Here is how I think the nanite works from a high level perspective:
They have in RAM memory data structures calculated offline that represent a sparse voxelization of spatial occupancy (cannot find a better term) of all the static meshes under the nanite system. In other words, they have a grid of voxels covering all the scene and each voxel is flagged as occupied if at least one triangle from the millions of the source mesh falls inside, or not flagged if otherwise.
Then they cast a ray from the camera going through each pixel of the screen towards the scene looking for the intersection with the first cube/voxel of this scene representation that is flagged as occupied. This occupancy state can potentially be as packed as a single bit that indicates that at least there is one triangle that falls inside that cube/voxel.
That collision against the occupied cube/voxel yields an index/spatial reference that can be used to calculate the access to a "small" subset of the triangles of the high density source mesh, as it makes sense to imagine that the source mesh with billions of triangles is spatially organized in spatial chunks in the SSD memory.

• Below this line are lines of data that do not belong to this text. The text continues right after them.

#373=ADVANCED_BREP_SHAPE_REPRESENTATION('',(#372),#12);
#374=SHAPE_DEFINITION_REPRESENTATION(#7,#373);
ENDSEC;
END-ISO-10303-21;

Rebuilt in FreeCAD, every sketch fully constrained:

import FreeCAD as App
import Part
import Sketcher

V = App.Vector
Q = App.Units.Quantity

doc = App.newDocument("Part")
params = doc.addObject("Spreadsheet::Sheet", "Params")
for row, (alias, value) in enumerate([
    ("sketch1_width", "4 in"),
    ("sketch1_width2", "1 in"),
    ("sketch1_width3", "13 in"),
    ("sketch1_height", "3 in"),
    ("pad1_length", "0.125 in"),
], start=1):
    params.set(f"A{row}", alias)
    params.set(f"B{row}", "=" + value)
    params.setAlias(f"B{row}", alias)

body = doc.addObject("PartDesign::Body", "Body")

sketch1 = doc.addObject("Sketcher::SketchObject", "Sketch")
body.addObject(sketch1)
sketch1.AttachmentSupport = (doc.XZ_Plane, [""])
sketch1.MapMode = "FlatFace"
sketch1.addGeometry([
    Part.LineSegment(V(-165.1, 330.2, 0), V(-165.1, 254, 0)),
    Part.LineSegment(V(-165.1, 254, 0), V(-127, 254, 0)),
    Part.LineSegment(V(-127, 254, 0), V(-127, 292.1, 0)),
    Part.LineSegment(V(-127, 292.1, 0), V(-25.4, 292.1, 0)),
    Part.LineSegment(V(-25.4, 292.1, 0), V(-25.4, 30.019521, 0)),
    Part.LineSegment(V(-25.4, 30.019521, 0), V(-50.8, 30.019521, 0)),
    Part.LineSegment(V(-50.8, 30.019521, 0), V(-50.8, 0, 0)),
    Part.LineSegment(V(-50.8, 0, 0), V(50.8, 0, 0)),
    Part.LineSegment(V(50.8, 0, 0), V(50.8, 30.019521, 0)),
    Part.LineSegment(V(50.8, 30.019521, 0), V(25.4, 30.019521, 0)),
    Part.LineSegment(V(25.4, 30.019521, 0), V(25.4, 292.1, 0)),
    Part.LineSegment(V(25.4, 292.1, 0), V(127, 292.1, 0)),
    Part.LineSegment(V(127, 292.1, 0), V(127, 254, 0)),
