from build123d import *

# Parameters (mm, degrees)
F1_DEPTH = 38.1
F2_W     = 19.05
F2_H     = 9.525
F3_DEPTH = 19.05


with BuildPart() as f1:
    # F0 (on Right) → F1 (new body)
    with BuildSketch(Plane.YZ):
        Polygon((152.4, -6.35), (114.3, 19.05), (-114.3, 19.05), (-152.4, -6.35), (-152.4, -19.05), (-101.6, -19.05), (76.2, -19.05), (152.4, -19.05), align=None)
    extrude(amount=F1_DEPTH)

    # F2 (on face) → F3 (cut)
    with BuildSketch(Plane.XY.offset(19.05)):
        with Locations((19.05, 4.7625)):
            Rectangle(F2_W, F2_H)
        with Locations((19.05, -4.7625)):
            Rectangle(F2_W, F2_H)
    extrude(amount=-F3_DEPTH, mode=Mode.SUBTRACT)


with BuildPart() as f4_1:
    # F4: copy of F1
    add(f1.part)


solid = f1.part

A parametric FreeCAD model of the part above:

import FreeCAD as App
import Part
import Sketcher

V = App.Vector
Q = App.Units.Quantity


def add_polygon(sketch, points):
    """Adds a closed chain of lines whose ends are joined by coincident constraints."""
    first, n = sketch.GeometryCount, len(points)
    for a, b in zip(points, points[1:] + points[:1]):
        sketch.addGeometry(Part.LineSegment(App.Vector(*a, 0), App.Vector(*b, 0)), False)
    for i in range(n):
        sketch.addConstraint(Sketcher.Constraint("Coincident", first + i, 2, first + (i + 1) % n, 1))

doc = App.newDocument("Part")
body = doc.addObject("PartDesign::Body", "Body")

sketch1 = body.newObject("Sketcher::SketchObject", "Sketch")
sketch1.AttachmentSupport = (doc.getObject("YZ_Plane"), [""])
sketch1.MapMode = "FlatFace"
add_polygon(sketch1, [(152.4, -6.35), (114.3, 19.05), (-114.3, 19.05), (-152.4, -6.35), (-152.4, -19.05), (152.4, -19.05)])
sketch1.addConstraint(Sketcher.Constraint("Horizontal", 1))
sketch1.addConstraint(Sketcher.Constraint("Vertical", 3))
sketch1.addConstraint(Sketcher.Constraint("Horizontal", 4))
sketch1.addConstraint(Sketcher.Constraint("Vertical", 5))
sketch1.addConstraint(Sketcher.Constraint("Symmetric", 2, 2, 5, 2, -2))
sketch1.addConstraint(Sketcher.Constraint("Equal", 0, 2))
sketch1.addConstraint(Sketcher.Constraint("DistanceX", 1, 2, 1, 1, Q("9 in")))
sketch1.addConstraint(Sketcher.Constraint("DistanceX", 4, 1, 4, 2, Q("12 in")))
sketch1.addConstraint(Sketcher.Constraint("DistanceY", 3, 2, 3, 1, Q("0.5 in")))
sketch1.addConstraint(Sketcher.Constraint("DistanceY", 2, 2, 1, 2, Q("1 in")))
sketch1.addConstraint(Sketcher.Constraint("DistanceY", -1, 1, 0, 2, Q("0.75 in")))
pad1 = body.newObject("PartDesign::Pad", "Pad")
pad1.Profile = sketch1
pad1.Length = Q("1.5 in")

sketch2 = body.newObject("Sketcher::SketchObject", "Sketch001")
sketch2.AttachmentSupport = (doc.getObject("XY_Plane"), [""])
sketch2.MapMode = "FlatFace"
sketch2.AttachmentOffset = App.Placement(V(0, 0, 0.75 * 25.4), App.Rotation())
add_polygon(sketch2, [(9.525, 9.525), (9.525, -9.525), (28.575, -9.525), (28.575, 9.525)])
sketch2.addConstraint(Sketcher.Constraint("Vertical", 0))
sketch2.addConstraint(Sketcher.Constraint("Horizontal", 1))
sketch2.addConstraint(Sketcher.Constraint("Vertical", 2))
sketch2.addConstraint(Sketcher.Constraint("Horizontal", 3))
sketch2.addConstraint(Sketcher.Constraint("Equal", 3, 0))
sketch2.addConstraint(Sketcher.Constraint("DistanceX", 1, 1, 1, 2, Q("0.75 in")))
sketch2.addConstraint(Sketcher.Constraint("DistanceX", -1, 1, 0, 2, Q("0.375 in")))
sketch2.addConstraint(Sketcher.Constraint("DistanceY", 0, 2, -1, 1, Q("0.375 in")))
pocket1 = body.newObject("PartDesign::Pocket", "Pocket")
pocket1.Profile = sketch2
pocket1.Length = Q("0.75 in")
body2 = doc.addObject("PartDesign::Body", "Body001")
doc.recompute()

body2.BaseFeature = body
doc.recompute()
body.Visibility = False

doc.recompute()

Then this subset of triangles that fall inside the collided cube/voxel is streamed to RAM from the SSD and all these triangles get processed using compute shaders in a way conceptually similar to the one described in the DICE presentation from GDC 2016 (
https://es.slideshare.net/gwihlidal/optimizing-the-graphics-pipeline-with-compute-gdc-2016), but instead of creating on the fly per frame optimized index buffers that remove back facing triangles, micro triangles that do not get rasterized, triangles outside the screen, etc, instead they find after processing all the triangles the one that covers the pixel screen.

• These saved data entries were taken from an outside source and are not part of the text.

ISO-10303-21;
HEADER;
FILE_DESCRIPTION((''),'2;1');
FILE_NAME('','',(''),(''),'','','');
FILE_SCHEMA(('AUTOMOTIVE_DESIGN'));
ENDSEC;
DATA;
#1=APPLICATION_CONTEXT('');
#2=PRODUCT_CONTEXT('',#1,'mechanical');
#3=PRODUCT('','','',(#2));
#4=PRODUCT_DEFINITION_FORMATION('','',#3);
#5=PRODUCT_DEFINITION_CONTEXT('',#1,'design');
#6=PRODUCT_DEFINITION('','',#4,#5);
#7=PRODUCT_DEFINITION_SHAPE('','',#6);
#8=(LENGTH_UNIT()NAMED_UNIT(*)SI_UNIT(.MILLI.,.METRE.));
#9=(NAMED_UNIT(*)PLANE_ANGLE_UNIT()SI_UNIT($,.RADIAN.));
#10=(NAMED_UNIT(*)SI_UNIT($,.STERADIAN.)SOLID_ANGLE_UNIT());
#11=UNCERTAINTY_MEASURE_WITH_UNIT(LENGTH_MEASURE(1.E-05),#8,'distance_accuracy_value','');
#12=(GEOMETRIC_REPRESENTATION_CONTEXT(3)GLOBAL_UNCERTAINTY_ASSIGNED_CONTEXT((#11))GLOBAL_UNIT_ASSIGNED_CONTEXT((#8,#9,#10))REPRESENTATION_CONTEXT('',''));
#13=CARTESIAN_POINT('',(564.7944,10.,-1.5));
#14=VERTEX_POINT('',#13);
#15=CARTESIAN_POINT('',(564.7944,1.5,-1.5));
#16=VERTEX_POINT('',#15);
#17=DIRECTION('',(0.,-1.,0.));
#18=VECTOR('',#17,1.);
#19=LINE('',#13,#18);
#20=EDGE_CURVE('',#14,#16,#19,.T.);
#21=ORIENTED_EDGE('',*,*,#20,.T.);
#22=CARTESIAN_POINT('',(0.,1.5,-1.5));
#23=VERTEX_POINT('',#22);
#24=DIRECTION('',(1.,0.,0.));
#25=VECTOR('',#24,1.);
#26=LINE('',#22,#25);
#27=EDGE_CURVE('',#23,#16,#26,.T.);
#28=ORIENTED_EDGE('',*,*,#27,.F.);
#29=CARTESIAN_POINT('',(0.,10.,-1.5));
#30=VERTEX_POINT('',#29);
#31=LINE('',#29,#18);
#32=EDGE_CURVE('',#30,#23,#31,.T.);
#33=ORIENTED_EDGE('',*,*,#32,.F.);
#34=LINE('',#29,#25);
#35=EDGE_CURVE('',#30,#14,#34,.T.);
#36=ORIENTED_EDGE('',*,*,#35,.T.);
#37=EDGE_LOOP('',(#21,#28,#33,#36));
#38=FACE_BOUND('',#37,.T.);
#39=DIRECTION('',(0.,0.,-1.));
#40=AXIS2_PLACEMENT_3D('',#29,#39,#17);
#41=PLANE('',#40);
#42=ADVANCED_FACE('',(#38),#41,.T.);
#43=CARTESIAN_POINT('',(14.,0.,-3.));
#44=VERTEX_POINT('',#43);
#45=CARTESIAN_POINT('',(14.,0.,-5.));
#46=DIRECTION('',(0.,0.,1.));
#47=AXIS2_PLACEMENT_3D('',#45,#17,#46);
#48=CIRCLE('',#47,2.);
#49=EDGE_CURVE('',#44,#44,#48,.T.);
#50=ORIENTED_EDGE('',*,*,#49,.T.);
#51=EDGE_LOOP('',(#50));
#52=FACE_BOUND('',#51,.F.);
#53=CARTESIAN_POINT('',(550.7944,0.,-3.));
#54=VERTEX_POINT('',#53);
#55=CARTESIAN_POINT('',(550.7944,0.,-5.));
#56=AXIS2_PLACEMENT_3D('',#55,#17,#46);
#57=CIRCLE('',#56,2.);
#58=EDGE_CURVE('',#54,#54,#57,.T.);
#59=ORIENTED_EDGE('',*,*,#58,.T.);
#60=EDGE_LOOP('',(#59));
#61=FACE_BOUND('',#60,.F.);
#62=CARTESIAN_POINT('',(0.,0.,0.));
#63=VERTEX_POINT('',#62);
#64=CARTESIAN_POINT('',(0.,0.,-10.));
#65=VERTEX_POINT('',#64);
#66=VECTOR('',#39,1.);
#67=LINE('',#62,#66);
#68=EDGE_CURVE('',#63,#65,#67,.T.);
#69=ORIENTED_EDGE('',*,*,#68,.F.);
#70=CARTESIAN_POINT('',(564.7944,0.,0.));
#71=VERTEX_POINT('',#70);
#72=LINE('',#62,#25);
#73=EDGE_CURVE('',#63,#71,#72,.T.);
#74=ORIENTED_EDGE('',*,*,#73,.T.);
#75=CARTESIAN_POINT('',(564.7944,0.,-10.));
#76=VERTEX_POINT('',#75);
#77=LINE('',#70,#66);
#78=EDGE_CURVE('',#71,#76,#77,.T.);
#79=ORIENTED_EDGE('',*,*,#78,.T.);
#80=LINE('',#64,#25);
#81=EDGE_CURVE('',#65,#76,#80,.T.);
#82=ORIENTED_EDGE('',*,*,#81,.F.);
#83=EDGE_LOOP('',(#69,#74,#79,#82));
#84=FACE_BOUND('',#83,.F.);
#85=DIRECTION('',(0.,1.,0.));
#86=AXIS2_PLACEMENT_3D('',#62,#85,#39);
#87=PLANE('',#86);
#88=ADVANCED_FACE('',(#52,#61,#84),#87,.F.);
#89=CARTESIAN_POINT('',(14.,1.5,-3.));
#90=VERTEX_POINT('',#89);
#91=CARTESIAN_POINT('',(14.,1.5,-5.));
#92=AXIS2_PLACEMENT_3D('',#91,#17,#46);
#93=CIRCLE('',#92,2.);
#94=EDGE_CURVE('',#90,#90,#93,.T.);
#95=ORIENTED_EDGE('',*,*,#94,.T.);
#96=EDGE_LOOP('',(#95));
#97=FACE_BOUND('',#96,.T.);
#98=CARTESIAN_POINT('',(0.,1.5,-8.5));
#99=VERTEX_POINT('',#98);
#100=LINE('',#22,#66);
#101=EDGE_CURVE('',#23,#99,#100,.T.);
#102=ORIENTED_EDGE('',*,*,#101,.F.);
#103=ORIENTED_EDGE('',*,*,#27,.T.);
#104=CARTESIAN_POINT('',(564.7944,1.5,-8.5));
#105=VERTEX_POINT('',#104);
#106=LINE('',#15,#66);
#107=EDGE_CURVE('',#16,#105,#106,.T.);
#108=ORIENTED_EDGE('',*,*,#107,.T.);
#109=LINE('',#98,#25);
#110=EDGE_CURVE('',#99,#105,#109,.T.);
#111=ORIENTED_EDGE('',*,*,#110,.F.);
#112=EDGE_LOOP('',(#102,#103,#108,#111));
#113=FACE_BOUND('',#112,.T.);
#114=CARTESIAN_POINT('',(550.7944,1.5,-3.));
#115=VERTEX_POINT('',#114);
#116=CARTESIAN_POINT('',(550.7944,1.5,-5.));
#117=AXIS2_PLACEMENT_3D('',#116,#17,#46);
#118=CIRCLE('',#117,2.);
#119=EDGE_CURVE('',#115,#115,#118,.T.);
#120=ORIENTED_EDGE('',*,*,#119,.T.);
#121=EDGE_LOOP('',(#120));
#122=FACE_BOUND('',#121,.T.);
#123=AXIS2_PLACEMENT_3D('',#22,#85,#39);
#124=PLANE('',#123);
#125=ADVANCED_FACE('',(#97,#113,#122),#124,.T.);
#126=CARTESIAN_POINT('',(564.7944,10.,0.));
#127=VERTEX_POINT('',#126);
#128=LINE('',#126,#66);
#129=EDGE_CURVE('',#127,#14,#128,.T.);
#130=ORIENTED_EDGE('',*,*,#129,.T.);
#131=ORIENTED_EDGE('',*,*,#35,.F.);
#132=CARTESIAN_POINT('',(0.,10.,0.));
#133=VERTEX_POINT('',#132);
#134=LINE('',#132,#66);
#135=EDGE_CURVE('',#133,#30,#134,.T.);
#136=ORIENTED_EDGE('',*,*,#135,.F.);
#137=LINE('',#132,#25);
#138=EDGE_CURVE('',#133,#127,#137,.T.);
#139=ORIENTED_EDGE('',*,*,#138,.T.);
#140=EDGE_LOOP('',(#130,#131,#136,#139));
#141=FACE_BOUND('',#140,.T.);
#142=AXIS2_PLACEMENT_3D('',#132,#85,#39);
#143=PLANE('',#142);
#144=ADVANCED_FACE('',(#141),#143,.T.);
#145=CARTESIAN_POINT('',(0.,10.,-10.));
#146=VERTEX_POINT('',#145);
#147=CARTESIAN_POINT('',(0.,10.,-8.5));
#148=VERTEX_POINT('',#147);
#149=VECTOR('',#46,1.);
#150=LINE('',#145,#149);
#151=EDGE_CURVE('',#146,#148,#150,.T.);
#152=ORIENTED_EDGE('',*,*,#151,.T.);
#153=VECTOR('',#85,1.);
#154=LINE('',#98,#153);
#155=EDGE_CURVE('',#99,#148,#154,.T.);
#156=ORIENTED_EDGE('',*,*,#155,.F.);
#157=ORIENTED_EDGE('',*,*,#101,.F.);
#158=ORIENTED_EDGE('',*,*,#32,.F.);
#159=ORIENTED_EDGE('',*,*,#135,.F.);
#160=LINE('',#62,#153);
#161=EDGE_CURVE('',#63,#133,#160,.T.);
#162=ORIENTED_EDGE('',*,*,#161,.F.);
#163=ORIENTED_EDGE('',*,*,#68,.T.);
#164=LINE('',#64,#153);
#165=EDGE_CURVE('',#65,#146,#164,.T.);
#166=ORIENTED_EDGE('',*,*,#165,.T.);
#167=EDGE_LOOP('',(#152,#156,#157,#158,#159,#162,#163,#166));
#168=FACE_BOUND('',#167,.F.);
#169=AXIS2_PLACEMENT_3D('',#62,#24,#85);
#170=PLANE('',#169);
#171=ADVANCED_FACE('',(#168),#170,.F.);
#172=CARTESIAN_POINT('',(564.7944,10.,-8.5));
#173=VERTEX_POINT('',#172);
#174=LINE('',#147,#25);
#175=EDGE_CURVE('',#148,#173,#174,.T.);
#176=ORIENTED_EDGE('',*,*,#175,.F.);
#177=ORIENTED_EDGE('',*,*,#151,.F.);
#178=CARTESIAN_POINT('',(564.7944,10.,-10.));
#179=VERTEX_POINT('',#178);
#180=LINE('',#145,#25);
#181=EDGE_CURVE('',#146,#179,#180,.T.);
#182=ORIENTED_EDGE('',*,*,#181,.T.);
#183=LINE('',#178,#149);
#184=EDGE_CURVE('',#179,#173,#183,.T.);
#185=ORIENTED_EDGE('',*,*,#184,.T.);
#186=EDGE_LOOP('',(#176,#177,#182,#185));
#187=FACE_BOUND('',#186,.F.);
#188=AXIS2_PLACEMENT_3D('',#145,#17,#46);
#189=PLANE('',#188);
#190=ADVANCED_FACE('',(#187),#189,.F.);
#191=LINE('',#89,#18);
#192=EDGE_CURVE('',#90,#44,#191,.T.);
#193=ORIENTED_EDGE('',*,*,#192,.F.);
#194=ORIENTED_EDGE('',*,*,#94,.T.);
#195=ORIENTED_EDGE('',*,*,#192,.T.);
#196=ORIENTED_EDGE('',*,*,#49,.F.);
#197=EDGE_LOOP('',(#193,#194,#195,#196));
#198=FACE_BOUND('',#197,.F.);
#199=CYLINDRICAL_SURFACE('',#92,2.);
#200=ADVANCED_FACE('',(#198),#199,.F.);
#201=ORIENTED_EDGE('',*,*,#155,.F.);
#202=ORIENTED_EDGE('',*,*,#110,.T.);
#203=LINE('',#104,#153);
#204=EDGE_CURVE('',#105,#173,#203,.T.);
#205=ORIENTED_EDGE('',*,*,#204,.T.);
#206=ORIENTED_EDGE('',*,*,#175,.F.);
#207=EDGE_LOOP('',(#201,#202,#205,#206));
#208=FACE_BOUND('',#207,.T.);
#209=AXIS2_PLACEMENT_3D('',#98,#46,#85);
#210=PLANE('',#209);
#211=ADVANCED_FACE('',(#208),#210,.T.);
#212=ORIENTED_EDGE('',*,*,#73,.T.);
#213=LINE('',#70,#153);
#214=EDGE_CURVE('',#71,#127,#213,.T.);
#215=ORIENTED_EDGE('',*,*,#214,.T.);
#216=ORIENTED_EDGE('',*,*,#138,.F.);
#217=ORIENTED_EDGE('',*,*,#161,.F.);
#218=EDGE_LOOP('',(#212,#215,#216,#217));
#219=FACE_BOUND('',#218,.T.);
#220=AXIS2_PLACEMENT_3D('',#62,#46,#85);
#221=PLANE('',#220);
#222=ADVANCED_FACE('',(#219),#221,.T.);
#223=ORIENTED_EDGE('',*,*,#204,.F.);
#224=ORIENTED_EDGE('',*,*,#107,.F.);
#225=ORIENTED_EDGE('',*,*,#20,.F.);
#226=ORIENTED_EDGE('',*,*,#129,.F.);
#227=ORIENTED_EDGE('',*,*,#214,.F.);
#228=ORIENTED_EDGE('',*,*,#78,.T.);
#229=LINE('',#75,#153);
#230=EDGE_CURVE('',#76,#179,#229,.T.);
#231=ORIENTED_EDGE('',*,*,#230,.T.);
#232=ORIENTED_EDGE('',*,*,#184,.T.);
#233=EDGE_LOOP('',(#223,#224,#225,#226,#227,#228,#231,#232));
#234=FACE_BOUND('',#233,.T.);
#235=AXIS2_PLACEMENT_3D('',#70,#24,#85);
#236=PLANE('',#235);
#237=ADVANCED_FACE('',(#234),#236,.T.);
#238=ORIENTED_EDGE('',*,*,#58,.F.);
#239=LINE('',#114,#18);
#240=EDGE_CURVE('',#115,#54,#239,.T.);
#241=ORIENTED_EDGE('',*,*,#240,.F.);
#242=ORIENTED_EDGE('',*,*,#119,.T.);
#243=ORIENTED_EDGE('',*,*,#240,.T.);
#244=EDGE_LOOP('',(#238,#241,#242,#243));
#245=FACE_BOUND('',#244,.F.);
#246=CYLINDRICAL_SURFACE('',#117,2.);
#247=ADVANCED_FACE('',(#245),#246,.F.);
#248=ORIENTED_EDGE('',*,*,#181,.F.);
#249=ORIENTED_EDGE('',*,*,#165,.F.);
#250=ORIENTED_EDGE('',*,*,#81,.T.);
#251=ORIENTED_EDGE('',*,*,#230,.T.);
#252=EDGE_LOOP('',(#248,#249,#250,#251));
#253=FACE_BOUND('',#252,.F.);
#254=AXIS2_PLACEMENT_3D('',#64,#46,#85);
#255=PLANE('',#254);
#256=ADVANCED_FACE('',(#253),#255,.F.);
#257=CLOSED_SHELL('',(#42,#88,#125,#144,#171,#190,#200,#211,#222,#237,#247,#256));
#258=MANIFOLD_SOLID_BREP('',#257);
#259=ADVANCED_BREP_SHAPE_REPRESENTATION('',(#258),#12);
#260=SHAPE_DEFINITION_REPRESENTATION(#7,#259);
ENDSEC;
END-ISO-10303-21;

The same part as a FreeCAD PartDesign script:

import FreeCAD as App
import Part
import Sketcher
Q = App.Units.Quantity

doc = App.newDocument("Part")
params = doc.addObject("Spreadsheet::Sheet", "Params")
for row, (alias, value) in enumerate([
    ("sketch1_width", "10 mm"),
    ("sketch1_height", "1.5 mm"),
    ("pad1_length", "564.7944 mm"),
    ("sketch2_diameter", "4 mm"),
    ("hole_diameter", "4 mm"),
], start=1):
    params.set(f"A{row}", alias)
    params.set(f"B{row}", "=" + value)
    params.setAlias(f"B{row}", alias)

body = doc.addObject("PartDesign::Body", "Body")

# Sketch on YZ plane
sketch1 = doc.addObject("Sketcher::SketchObject", "Sketch")
body.addObject(sketch1)
sketch1.AttachmentSupport = (doc.YZ_Plane, [""])
sketch1.MapMode = "FlatFace"
sketch1.addGeometry([
    Part.LineSegment(App.Vector(10, 0, 0), App.Vector(0, 0, 0)),  # 0
    Part.LineSegment(App.Vector(0, 0, 0), App.Vector(0, -10, 0)),  # 1
    Part.LineSegment(App.Vector(0, -10, 0), App.Vector(10, -10, 0)),  # 2
    Part.LineSegment(App.Vector(10, -10, 0), App.Vector(10, -8.5, 0)),  # 3
    Part.LineSegment(App.Vector(10, -8.5, 0), App.Vector(1.5, -8.5, 0)),  # 4
    Part.LineSegment(App.Vector(1.5, -8.5, 0), App.Vector(1.5, -1.5, 0)),  # 5
    Part.LineSegment(App.Vector(1.5, -1.5, 0), App.Vector(10, -1.5, 0)),  # 6
    Part.LineSegment(App.Vector(10, -1.5, 0), App.Vector(10, 0, 0)),  # 7
], False)
sketch1.addConstraint([
    Sketcher.Constraint("Coincident", 0, 2, 1, 1),
    Sketcher.Constraint("Coincident", 1, 2, 2, 1),
    Sketcher.Constraint("Coincident", 2, 2, 3, 1),
    Sketcher.Constraint("Coincident", 3, 2, 4, 1),
    Sketcher.Constraint("Coincident", 4, 2, 5, 1),
    Sketcher.Constraint("Coincident", 5, 2, 6, 1),
    Sketcher.Constraint("Coincident", 6, 2, 7, 1),
    Sketcher.Constraint("Coincident", 7, 2, 0, 1),
    Sketcher.Constraint("Horizontal", 0),
    Sketcher.Constraint("Vertical", 1),
    Sketcher.Constraint("Horizontal", 2),
    Sketcher.Constraint("Vertical", 3),
    Sketcher.Constraint("Horizontal", 4),
    Sketcher.Constraint("Vertical", 5),
    Sketcher.Constraint("Horizontal", 6),
    Sketcher.Constraint("Vertical", 7),
    Sketcher.Constraint("Coincident", 0, 2, -1, 1),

When this triangle is found, one set of attributes from one of its vertex is outputted to a G buffer that later gets shaded in a full screen postprocess pass as in any deferred rendered pipeline without any dependency of where and how this data came from. This avoid the caveat of rasterizing only one pixel per triangle what does not make sense at all from a hardware efficiency perspective.
The insane IO speed of next gen consoles comes into play into this scheme as it is mandatory to be able to select a tile a pixels, launch the rays, bring to RAM extremely fast the subset of triangles inside each intersected voxel, process them to find the triangle covering the pixel center and output its results to a G buffer, bring back to SDD memory the subset of triangles to let room for the next ones, and repeat.
This scheme makes sense to me and conceptually is also logical with powerful optimizations such as front to back rendering and also is coherent in all steps with the desired wraps/wavefronts not sparse access to data while also keeping coherency of the compute shaders code path.
Does this make sense to you guys? Or there is something that does not sound feasible?